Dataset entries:
[Start of section]
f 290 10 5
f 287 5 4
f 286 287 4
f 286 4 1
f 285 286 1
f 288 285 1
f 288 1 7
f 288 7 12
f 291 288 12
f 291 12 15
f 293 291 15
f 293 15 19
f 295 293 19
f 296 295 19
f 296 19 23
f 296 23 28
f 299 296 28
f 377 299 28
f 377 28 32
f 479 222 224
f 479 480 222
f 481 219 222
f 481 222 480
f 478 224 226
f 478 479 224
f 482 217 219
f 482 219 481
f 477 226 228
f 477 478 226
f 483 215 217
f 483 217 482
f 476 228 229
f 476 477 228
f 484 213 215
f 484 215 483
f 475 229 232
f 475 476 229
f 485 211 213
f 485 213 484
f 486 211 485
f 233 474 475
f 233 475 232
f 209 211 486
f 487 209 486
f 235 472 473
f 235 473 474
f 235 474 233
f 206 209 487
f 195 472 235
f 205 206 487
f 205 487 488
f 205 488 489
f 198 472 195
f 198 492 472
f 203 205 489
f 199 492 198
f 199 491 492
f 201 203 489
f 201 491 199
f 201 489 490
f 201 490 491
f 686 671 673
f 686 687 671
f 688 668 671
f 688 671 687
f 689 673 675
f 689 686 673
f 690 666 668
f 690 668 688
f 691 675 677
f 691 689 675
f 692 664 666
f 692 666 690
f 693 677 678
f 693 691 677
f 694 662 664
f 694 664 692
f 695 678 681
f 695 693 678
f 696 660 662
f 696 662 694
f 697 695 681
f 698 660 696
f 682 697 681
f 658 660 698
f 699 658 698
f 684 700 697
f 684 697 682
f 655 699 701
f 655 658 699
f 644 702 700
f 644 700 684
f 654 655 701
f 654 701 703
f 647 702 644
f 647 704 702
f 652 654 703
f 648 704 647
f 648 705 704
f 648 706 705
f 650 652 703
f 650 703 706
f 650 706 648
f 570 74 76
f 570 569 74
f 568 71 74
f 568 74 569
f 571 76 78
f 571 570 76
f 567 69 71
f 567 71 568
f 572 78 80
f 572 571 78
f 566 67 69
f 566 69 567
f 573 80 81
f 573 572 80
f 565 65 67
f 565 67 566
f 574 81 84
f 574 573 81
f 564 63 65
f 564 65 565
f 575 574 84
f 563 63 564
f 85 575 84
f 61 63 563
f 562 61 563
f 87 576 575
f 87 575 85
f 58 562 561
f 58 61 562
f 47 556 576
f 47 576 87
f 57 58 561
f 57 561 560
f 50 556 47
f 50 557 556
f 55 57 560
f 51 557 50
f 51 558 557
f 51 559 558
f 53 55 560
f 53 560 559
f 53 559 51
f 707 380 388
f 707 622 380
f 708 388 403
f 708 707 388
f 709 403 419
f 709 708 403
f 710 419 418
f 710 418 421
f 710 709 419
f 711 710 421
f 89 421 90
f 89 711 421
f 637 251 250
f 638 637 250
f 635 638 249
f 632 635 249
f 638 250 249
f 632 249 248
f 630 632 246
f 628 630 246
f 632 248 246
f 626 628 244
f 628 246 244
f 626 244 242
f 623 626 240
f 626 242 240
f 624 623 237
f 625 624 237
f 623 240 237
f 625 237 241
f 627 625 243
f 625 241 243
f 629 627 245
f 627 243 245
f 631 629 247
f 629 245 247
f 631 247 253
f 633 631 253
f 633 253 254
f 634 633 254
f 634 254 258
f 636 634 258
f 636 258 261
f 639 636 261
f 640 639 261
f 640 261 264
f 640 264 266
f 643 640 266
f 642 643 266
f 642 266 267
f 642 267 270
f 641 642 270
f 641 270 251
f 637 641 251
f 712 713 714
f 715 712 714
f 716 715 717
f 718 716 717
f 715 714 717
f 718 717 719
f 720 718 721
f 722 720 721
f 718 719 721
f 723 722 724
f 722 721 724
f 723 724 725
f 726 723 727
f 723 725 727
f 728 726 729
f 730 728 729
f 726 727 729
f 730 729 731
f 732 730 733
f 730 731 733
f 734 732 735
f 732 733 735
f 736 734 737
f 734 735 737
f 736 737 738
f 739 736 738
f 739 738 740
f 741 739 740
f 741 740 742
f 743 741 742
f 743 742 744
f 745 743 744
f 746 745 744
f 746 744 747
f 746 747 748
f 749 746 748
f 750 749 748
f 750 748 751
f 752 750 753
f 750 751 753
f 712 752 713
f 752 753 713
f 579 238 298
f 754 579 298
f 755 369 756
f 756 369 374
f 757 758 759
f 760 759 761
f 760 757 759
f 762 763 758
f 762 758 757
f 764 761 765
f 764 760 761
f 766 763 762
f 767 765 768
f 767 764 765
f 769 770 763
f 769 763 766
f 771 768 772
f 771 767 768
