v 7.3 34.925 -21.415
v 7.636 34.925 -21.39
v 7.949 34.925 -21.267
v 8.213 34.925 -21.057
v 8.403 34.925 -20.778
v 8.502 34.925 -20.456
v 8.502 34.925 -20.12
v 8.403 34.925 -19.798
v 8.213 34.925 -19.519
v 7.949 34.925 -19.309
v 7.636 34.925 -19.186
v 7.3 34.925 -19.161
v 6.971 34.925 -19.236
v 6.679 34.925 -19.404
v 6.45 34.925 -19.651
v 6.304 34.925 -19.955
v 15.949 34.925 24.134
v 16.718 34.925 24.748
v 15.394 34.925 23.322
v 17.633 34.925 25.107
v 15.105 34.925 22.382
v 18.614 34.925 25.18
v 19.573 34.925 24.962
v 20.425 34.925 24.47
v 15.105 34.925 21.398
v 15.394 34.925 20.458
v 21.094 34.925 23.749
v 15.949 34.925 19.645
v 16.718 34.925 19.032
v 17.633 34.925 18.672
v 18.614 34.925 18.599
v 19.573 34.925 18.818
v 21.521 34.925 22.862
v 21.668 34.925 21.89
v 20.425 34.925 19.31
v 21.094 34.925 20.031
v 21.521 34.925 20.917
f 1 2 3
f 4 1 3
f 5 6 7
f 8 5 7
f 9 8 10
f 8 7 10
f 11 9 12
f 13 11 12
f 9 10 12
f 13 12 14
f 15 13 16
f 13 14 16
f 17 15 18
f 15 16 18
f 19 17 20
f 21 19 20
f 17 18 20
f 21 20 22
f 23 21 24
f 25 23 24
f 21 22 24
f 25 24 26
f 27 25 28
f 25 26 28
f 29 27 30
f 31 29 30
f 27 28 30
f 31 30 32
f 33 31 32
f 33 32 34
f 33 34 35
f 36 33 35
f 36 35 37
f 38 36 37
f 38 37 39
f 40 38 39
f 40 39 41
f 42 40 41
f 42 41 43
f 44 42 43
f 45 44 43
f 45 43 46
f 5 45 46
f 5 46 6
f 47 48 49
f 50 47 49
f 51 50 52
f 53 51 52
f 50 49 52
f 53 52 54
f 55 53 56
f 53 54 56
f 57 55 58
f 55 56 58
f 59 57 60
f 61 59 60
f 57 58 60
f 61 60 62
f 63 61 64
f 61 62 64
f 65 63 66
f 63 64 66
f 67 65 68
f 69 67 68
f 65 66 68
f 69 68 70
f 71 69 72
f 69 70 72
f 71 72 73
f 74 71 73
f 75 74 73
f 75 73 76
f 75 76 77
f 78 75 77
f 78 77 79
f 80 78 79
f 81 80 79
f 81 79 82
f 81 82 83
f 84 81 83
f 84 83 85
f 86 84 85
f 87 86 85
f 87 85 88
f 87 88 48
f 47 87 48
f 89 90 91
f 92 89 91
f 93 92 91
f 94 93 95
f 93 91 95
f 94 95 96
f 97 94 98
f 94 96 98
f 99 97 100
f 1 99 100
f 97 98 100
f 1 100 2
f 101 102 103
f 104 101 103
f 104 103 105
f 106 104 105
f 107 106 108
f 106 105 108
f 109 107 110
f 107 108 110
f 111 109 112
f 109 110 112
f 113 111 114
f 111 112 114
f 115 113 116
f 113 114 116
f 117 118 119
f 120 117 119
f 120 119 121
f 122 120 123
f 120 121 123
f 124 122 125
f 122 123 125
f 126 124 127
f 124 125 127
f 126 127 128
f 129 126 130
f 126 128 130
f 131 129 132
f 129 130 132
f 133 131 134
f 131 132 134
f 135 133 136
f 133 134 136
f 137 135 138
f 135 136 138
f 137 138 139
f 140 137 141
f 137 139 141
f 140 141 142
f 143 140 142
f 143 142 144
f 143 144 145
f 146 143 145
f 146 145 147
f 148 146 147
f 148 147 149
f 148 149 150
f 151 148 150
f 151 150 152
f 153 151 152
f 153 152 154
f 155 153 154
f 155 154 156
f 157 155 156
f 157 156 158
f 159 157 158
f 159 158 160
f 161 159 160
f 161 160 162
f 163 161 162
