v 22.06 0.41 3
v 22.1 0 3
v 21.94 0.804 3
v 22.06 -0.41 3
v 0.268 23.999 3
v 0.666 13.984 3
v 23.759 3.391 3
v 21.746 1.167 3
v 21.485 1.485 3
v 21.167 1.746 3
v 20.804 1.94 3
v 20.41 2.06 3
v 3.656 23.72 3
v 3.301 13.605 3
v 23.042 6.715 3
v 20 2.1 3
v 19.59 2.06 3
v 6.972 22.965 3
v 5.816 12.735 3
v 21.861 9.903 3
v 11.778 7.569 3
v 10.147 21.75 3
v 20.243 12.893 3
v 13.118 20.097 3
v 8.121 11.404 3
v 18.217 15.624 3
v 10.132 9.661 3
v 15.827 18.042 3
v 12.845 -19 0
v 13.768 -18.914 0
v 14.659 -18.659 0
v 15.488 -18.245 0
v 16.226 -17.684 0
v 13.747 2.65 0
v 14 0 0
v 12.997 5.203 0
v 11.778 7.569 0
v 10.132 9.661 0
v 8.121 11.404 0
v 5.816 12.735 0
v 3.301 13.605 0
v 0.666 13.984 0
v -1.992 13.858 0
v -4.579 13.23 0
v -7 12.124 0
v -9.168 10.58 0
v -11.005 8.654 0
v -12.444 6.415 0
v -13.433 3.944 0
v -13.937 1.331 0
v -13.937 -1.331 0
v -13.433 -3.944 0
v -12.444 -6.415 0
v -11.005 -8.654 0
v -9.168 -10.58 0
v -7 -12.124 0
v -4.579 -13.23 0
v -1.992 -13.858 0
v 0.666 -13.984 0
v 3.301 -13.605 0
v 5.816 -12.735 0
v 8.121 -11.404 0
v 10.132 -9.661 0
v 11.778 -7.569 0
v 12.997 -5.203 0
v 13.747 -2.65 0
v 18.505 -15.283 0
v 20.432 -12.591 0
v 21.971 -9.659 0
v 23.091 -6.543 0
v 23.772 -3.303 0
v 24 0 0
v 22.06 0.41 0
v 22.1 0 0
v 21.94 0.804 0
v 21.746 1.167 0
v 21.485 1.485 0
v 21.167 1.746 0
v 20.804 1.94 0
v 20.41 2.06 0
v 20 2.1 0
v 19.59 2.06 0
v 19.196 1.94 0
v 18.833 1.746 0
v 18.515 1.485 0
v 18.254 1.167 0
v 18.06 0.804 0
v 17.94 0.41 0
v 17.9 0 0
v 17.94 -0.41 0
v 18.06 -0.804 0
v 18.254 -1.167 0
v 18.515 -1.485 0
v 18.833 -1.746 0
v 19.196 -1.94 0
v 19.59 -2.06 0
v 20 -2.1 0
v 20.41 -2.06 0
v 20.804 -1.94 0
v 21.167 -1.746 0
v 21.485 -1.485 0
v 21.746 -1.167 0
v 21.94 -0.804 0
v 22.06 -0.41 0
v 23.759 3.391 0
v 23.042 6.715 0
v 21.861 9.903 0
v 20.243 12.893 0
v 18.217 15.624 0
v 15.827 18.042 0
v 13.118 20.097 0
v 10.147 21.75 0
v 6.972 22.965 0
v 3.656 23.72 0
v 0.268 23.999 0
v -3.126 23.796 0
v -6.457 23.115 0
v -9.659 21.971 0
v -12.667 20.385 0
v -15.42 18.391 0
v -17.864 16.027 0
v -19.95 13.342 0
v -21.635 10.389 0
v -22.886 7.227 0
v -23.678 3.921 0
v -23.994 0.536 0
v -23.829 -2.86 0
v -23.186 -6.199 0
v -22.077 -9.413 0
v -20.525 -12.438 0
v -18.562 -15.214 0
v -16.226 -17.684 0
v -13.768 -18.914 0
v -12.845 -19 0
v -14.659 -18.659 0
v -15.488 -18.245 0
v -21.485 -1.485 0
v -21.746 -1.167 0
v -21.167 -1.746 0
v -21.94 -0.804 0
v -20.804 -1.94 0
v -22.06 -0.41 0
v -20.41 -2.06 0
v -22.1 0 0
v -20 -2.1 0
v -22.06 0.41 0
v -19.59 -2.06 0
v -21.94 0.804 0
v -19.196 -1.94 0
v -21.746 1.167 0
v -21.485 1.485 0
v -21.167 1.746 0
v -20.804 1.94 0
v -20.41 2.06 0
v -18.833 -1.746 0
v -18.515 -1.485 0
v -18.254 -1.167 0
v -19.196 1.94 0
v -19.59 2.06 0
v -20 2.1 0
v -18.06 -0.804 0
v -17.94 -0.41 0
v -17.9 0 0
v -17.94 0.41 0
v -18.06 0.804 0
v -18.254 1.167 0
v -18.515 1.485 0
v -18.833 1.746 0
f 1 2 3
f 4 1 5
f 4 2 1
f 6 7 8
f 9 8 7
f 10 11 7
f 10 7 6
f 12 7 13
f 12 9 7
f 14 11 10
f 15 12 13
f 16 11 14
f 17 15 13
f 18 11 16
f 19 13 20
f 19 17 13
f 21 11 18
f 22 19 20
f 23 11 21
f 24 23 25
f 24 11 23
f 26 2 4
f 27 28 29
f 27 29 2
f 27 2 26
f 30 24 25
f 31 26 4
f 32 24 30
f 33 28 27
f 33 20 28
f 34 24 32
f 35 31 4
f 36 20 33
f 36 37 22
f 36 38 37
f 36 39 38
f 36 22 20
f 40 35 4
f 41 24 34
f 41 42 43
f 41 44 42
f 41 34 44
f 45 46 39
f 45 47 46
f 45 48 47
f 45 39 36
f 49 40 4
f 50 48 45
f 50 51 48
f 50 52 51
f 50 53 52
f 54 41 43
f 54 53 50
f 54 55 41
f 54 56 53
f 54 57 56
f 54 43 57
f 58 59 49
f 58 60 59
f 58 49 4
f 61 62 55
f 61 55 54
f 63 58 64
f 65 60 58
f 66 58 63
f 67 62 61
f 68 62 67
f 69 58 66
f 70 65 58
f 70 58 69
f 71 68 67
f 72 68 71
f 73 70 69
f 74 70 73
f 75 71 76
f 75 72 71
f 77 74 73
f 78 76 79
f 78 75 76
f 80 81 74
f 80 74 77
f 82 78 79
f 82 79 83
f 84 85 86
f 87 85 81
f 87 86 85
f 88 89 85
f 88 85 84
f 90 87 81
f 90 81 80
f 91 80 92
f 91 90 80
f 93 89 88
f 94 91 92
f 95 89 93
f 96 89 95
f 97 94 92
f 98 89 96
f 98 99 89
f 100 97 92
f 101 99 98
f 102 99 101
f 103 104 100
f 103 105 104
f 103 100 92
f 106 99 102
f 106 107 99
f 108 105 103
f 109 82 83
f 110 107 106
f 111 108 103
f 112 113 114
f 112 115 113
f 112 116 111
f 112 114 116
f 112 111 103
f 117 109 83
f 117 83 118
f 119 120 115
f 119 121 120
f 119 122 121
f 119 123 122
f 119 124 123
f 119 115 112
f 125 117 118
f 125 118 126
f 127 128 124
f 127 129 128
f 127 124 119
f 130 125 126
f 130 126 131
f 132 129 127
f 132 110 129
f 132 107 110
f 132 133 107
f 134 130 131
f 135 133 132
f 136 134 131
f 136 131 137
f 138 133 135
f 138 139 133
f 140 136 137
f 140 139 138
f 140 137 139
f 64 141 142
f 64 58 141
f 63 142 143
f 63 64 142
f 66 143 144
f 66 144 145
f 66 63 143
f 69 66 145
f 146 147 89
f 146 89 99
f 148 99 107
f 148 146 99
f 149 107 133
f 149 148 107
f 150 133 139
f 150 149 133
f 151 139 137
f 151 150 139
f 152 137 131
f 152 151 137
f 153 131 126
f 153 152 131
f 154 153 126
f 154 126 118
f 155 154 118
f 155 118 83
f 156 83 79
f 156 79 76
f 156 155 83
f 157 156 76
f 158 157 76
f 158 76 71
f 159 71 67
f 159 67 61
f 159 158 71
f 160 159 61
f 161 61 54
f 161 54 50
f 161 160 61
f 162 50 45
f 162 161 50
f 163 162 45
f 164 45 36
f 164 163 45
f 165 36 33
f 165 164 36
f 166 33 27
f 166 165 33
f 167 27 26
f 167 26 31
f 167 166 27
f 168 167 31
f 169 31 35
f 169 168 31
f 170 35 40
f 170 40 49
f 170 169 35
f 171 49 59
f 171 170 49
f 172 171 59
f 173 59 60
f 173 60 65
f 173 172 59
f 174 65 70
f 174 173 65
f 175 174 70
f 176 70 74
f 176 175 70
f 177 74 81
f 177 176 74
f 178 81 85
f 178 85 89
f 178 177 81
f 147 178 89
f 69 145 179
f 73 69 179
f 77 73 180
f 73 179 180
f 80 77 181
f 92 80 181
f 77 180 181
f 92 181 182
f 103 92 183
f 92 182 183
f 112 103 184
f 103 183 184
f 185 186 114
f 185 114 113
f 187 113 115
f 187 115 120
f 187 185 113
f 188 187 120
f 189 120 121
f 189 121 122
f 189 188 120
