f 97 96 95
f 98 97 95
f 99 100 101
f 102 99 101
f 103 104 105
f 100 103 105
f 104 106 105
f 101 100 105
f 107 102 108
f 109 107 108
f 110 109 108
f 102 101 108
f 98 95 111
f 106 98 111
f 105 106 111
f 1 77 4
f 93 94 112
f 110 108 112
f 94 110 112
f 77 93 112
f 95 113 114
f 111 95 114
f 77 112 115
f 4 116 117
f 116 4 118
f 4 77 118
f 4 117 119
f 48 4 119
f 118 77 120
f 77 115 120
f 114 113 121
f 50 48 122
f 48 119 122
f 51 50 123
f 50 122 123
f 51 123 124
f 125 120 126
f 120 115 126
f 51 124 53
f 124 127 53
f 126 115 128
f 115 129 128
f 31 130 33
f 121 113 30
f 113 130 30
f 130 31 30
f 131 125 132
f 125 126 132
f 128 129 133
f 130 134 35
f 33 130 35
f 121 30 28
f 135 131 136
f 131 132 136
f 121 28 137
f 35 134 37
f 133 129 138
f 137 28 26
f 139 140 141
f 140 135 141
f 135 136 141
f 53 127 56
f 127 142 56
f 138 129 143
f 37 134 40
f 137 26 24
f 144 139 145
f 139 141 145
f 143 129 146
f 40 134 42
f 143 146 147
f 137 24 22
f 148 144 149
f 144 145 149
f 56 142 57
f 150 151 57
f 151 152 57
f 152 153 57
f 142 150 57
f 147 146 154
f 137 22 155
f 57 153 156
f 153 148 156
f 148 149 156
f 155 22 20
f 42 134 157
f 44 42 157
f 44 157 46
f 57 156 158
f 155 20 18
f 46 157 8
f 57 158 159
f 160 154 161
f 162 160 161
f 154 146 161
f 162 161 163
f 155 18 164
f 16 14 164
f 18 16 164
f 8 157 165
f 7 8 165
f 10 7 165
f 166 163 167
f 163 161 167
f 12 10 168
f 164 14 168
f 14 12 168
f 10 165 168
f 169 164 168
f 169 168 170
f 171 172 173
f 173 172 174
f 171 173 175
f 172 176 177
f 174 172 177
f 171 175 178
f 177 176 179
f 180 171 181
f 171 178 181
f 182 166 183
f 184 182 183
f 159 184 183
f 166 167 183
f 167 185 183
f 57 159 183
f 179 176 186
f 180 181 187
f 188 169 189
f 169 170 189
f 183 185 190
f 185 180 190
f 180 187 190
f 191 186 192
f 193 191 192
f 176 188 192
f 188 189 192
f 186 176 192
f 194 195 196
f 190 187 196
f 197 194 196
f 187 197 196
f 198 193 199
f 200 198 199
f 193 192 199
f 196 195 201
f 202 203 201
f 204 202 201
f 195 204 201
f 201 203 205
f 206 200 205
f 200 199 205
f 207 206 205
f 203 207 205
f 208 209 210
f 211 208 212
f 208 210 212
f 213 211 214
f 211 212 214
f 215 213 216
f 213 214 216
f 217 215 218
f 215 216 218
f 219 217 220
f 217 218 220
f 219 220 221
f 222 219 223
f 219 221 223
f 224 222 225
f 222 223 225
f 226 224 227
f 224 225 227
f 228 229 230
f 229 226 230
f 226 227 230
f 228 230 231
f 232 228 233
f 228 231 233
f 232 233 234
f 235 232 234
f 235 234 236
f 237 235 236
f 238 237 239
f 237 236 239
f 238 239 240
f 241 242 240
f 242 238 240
[End of section]
#### [The problem]
With the line holding "f 766 763 762" as the first and the line holding "v 7.949 34.925 -19.309" as the last, set down that range of the entries above exactly, and nothing else.

#### [Answer to this task]
f 766 763 762
f 767 765 768
f 767 764 765
f 769 770 763
f 769 763 766
f 771 768 772
f 771 767 768
v 7.3 34.925 -21.415
v 7.636 34.925 -21.39
v 7.949 34.925 -21.267
v 8.213 34.925 -21.057
v 8.403 34.925 -20.778
v 8.502 34.925 -20.456
v 8.502 34.925 -20.12
v 8.403 34.925 -19.798
v 8.213 34.925 -19.519
v 7.949 34.925 -19.309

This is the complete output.